• TASK REQUIREMENTS
In the material below, list every line carrying the string "align".

• EXERCISE INPUTS

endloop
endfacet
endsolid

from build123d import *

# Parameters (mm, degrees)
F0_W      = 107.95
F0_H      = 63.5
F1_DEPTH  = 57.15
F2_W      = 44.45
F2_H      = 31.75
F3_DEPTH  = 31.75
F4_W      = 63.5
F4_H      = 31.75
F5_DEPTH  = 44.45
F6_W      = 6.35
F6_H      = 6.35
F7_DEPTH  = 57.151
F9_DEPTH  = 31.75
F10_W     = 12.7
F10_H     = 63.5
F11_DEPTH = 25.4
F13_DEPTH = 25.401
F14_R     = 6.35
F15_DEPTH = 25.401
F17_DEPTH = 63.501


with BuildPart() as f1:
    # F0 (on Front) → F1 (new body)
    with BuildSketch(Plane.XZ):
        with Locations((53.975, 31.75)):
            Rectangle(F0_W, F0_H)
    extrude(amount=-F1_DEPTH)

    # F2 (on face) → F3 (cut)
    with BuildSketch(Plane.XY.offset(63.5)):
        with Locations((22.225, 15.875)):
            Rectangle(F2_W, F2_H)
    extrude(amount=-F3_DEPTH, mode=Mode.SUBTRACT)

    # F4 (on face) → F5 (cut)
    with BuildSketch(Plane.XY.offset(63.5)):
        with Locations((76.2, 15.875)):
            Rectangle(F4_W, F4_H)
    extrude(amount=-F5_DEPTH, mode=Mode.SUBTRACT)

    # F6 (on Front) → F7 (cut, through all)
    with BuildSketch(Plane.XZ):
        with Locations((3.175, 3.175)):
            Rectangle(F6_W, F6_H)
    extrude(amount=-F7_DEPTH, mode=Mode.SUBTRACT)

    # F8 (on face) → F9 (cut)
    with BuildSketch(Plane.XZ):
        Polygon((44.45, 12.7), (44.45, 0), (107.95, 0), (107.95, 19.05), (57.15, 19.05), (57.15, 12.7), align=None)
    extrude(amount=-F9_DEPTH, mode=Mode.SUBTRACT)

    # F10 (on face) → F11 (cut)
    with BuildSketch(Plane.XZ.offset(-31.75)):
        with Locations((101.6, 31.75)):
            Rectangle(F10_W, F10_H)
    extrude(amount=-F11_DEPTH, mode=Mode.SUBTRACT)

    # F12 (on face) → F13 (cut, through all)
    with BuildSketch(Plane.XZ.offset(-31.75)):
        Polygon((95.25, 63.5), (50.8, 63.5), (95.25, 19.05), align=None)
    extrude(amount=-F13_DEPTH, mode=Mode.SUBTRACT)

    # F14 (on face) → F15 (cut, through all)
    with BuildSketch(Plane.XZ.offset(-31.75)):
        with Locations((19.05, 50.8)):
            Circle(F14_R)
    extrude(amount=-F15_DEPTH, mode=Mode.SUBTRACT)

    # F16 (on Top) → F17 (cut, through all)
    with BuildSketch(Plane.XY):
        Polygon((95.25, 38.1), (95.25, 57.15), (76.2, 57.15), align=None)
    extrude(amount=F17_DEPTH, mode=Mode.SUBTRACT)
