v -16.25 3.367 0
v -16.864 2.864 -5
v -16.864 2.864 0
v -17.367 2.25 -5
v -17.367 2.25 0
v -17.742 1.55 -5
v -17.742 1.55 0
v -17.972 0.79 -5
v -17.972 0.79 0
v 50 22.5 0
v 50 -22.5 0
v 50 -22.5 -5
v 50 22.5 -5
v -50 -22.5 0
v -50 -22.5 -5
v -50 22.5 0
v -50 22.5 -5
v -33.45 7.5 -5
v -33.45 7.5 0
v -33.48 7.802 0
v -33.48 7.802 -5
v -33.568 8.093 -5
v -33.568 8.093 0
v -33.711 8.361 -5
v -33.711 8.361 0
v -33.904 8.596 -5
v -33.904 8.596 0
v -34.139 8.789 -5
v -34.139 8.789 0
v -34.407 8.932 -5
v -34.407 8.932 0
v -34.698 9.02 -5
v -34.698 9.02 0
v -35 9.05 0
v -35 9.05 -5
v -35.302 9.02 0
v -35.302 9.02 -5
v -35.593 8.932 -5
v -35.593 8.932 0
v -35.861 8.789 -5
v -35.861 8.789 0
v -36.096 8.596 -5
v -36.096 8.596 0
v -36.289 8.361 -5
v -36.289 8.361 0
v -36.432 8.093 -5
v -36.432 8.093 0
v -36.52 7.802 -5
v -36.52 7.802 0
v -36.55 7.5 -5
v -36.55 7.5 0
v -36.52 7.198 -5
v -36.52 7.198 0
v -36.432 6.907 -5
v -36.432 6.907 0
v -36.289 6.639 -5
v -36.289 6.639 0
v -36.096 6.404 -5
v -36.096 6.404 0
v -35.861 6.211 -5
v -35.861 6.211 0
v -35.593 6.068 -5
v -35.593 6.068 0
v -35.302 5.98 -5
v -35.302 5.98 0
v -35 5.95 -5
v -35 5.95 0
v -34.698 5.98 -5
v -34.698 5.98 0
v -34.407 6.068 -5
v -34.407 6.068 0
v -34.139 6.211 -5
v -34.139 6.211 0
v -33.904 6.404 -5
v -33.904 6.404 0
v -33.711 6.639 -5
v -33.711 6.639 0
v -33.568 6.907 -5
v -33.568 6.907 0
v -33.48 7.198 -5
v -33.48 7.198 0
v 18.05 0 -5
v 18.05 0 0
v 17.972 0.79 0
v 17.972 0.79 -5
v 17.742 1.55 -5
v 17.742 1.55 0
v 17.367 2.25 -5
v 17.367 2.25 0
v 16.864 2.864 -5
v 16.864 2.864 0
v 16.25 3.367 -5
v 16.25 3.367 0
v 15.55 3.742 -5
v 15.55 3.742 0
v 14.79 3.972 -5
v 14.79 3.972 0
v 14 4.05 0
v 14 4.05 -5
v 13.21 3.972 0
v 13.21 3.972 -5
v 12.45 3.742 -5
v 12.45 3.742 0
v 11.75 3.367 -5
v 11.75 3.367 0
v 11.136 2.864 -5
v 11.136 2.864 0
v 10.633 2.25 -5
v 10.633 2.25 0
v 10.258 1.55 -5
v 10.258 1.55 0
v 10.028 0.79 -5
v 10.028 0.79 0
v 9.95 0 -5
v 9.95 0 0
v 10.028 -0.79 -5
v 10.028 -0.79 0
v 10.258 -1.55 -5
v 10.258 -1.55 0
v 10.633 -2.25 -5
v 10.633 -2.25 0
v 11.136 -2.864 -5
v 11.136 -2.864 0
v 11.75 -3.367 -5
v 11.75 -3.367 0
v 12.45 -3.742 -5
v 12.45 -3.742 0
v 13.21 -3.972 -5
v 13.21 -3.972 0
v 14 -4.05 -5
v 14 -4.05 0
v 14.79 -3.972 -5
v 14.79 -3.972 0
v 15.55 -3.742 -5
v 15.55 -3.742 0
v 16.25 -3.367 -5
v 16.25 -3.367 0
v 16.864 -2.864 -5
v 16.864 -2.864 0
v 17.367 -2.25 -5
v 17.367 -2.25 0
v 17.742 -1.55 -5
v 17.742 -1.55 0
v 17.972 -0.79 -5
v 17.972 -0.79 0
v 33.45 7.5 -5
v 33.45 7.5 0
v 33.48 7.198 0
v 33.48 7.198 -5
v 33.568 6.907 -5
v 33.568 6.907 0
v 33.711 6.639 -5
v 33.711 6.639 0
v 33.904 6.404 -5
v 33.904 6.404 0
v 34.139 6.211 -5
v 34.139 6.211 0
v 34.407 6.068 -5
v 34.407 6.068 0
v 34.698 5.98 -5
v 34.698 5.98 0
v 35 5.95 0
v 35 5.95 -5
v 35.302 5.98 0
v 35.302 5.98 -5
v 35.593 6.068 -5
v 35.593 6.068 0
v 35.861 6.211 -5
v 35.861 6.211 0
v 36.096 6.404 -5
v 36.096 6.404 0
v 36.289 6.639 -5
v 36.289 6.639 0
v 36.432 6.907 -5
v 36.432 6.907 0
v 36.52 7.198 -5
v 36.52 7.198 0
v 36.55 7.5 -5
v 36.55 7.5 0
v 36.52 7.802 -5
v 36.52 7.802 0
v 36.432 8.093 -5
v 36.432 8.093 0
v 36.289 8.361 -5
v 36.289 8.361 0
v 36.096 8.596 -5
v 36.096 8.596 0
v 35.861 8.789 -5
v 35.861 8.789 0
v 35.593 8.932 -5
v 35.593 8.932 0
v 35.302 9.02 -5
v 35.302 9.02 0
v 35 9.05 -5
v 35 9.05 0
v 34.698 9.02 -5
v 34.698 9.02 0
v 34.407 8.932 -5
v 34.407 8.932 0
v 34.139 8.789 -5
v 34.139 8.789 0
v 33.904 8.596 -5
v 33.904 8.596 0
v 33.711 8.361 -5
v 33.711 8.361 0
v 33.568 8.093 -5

• TASK RESPONSE
        Polygon((44.45, 12.7), (44.45, 0), (107.95, 0), (107.95, 19.05), (57.15, 19.05), (57.15, 12.7), align=None)
        Polygon((95.25, 63.5), (50.8, 63.5), (95.25, 19.05), align=None)
        Polygon((95.25, 38.1), (95.25, 57.15), (76.2, 57.15), align=None)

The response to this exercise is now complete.